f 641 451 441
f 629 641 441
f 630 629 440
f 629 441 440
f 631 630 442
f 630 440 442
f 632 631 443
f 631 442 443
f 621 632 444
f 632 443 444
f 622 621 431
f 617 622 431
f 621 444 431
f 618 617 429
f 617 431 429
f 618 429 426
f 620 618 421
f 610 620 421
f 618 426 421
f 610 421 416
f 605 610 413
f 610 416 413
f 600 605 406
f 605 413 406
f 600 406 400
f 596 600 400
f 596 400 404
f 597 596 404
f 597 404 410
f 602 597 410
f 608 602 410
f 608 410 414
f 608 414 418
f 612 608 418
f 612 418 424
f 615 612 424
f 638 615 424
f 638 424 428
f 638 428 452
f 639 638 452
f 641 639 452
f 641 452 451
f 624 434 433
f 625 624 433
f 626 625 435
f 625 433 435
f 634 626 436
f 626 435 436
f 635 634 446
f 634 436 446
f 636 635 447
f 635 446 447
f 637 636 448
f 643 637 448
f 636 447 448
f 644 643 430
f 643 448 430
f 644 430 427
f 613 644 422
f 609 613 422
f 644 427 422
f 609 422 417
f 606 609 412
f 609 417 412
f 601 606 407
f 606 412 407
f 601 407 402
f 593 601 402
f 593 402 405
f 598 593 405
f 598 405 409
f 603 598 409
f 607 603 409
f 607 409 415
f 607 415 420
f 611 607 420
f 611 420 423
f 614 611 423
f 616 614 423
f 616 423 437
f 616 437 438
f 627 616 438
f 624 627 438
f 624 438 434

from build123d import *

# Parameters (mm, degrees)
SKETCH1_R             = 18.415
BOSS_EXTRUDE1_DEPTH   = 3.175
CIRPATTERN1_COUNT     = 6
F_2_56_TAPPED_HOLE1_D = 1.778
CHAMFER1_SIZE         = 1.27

...

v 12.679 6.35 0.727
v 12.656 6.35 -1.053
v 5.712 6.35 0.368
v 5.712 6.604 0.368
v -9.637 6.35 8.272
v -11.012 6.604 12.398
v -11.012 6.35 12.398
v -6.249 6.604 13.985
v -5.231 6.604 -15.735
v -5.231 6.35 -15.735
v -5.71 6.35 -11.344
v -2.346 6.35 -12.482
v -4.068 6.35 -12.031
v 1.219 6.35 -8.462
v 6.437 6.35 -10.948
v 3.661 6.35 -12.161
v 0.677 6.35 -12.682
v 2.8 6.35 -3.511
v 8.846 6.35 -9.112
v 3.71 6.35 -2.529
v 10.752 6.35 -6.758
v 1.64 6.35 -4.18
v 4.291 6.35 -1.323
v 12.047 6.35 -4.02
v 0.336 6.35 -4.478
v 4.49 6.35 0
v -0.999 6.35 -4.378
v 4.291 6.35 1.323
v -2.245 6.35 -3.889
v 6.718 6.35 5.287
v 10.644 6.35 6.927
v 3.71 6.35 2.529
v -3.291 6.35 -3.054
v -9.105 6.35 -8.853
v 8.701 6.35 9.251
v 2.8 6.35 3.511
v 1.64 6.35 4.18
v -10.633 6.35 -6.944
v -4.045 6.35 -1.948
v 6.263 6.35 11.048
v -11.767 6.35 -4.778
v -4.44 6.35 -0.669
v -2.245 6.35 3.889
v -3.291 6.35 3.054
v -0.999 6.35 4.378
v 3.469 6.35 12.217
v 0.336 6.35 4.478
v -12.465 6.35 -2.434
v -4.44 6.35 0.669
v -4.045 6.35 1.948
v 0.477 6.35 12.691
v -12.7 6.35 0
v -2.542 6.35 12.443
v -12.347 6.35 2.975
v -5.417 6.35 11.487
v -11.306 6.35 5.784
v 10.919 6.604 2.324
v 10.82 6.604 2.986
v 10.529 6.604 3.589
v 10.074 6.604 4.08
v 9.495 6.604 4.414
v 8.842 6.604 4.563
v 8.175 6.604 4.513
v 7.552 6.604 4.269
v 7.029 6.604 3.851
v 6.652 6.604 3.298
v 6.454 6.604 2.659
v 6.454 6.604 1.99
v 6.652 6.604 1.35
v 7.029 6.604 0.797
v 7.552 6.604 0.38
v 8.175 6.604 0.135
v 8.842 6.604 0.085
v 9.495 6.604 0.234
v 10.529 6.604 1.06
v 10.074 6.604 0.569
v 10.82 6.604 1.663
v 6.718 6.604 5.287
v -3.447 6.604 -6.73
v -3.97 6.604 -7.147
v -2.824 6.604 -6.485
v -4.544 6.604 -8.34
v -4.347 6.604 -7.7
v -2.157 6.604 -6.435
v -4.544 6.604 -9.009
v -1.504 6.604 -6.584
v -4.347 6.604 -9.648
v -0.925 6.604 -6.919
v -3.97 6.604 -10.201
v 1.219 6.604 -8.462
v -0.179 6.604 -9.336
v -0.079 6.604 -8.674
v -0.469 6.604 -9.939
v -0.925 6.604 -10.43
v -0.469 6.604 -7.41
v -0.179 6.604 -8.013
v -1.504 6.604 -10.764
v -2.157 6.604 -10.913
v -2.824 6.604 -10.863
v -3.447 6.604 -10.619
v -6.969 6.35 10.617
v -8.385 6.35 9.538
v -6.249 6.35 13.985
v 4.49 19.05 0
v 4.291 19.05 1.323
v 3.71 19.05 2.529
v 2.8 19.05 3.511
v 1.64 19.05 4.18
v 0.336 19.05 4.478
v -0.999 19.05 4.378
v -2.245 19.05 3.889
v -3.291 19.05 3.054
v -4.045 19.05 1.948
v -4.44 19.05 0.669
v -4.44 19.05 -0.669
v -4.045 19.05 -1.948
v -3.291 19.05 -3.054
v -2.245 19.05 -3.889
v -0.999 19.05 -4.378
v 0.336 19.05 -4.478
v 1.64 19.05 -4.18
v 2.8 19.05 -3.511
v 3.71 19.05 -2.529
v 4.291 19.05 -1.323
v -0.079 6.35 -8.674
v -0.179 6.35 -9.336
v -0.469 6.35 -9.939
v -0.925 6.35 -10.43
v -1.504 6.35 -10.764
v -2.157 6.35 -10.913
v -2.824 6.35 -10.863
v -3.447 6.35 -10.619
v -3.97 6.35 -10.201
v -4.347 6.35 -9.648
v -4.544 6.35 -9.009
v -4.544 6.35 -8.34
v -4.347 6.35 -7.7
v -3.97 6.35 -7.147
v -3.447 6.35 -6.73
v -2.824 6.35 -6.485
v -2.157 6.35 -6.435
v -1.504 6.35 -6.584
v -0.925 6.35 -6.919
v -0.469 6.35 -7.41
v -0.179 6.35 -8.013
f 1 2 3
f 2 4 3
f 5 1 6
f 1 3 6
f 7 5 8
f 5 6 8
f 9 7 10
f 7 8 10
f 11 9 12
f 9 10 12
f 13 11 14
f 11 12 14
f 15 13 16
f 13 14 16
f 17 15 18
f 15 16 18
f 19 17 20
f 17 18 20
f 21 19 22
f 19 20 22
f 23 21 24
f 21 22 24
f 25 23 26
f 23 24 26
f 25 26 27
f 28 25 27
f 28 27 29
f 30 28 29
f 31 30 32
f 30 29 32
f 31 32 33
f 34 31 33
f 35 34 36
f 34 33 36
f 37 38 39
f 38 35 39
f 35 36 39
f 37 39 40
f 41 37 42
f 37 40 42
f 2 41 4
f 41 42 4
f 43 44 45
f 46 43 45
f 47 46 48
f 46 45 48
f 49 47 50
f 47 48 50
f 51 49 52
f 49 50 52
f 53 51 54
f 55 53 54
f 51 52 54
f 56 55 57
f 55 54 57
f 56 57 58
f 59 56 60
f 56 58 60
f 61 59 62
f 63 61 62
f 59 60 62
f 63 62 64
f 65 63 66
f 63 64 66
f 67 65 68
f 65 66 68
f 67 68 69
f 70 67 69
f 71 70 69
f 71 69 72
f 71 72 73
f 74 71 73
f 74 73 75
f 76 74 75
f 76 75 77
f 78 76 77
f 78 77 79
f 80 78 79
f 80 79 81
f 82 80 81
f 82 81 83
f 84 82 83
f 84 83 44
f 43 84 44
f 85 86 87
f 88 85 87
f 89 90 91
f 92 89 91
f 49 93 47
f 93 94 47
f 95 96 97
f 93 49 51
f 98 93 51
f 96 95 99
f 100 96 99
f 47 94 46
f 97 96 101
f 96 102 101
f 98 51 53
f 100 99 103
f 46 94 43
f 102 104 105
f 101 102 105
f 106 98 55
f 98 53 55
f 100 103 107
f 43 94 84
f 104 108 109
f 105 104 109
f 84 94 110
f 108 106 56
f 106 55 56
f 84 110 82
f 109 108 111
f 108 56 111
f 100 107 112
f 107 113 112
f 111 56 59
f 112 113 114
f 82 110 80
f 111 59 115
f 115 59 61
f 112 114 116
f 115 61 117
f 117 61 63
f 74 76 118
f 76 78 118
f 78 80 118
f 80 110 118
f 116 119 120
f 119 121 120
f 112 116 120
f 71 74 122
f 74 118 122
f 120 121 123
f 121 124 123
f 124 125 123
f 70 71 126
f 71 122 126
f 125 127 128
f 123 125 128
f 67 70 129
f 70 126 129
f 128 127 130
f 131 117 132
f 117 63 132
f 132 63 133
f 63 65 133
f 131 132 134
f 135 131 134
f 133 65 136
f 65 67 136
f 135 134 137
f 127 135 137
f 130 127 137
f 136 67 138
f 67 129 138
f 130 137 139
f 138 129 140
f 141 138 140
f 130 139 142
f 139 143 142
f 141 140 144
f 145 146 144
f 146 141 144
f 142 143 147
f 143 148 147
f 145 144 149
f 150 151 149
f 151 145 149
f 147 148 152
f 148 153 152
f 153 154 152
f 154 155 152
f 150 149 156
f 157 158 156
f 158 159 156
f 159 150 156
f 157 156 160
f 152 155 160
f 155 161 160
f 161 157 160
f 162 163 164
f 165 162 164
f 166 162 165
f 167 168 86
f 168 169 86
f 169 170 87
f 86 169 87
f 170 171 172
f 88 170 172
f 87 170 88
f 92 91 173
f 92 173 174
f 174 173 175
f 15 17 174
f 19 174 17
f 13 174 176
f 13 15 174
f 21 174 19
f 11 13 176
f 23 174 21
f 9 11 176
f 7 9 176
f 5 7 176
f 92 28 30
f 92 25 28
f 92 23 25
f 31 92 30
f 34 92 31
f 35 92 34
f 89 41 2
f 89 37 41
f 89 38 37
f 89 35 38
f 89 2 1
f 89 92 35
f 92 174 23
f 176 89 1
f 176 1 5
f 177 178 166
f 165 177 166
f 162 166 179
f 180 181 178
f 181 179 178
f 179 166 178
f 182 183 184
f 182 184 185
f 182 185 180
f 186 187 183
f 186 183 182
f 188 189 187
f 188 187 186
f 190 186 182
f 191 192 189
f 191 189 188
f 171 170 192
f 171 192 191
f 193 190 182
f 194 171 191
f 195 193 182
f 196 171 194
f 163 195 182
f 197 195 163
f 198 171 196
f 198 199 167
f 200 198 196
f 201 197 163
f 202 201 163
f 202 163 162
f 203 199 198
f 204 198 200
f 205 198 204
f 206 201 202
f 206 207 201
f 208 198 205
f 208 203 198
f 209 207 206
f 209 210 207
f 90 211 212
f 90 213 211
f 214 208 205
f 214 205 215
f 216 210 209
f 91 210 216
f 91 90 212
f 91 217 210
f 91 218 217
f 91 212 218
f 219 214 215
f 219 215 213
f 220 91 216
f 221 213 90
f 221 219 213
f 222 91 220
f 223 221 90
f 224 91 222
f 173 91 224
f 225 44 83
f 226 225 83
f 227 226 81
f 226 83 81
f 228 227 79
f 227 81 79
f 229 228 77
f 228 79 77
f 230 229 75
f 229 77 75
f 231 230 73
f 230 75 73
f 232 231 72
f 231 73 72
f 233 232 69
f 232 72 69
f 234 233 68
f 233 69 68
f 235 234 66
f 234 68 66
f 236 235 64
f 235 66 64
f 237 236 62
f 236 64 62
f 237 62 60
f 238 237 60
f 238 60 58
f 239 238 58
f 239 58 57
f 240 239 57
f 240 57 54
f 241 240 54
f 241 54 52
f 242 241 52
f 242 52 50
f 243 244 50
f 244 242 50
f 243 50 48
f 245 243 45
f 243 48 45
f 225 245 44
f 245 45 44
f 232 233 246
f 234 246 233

EXERCISE REQUIREMENTS> Please output exactly the lines between the one holding "f 641 451 441" and the one holding "f 624 434 433" in the records above, inclusive, and nothing more.

SOLUTION>
f 641 451 441
f 629 641 441
f 630 629 440
f 629 441 440
f 631 630 442
f 630 440 442
f 632 631 443
f 631 442 443
f 621 632 444
f 632 443 444
f 622 621 431
f 617 622 431
f 621 444 431
f 618 617 429
f 617 431 429
f 618 429 426
f 620 618 421
f 610 620 421
f 618 426 421
f 610 421 416
f 605 610 413
f 610 416 413
f 600 605 406
f 605 413 406
f 600 406 400
f 596 600 400
f 596 400 404
f 597 596 404
f 597 404 410
f 602 597 410
f 608 602 410
f 608 410 414
f 608 414 418
f 612 608 418
f 612 418 424
f 615 612 424
f 638 615 424
f 638 424 428
f 638 428 452
f 639 638 452
f 641 639 452
f 641 452 451
f 624 434 433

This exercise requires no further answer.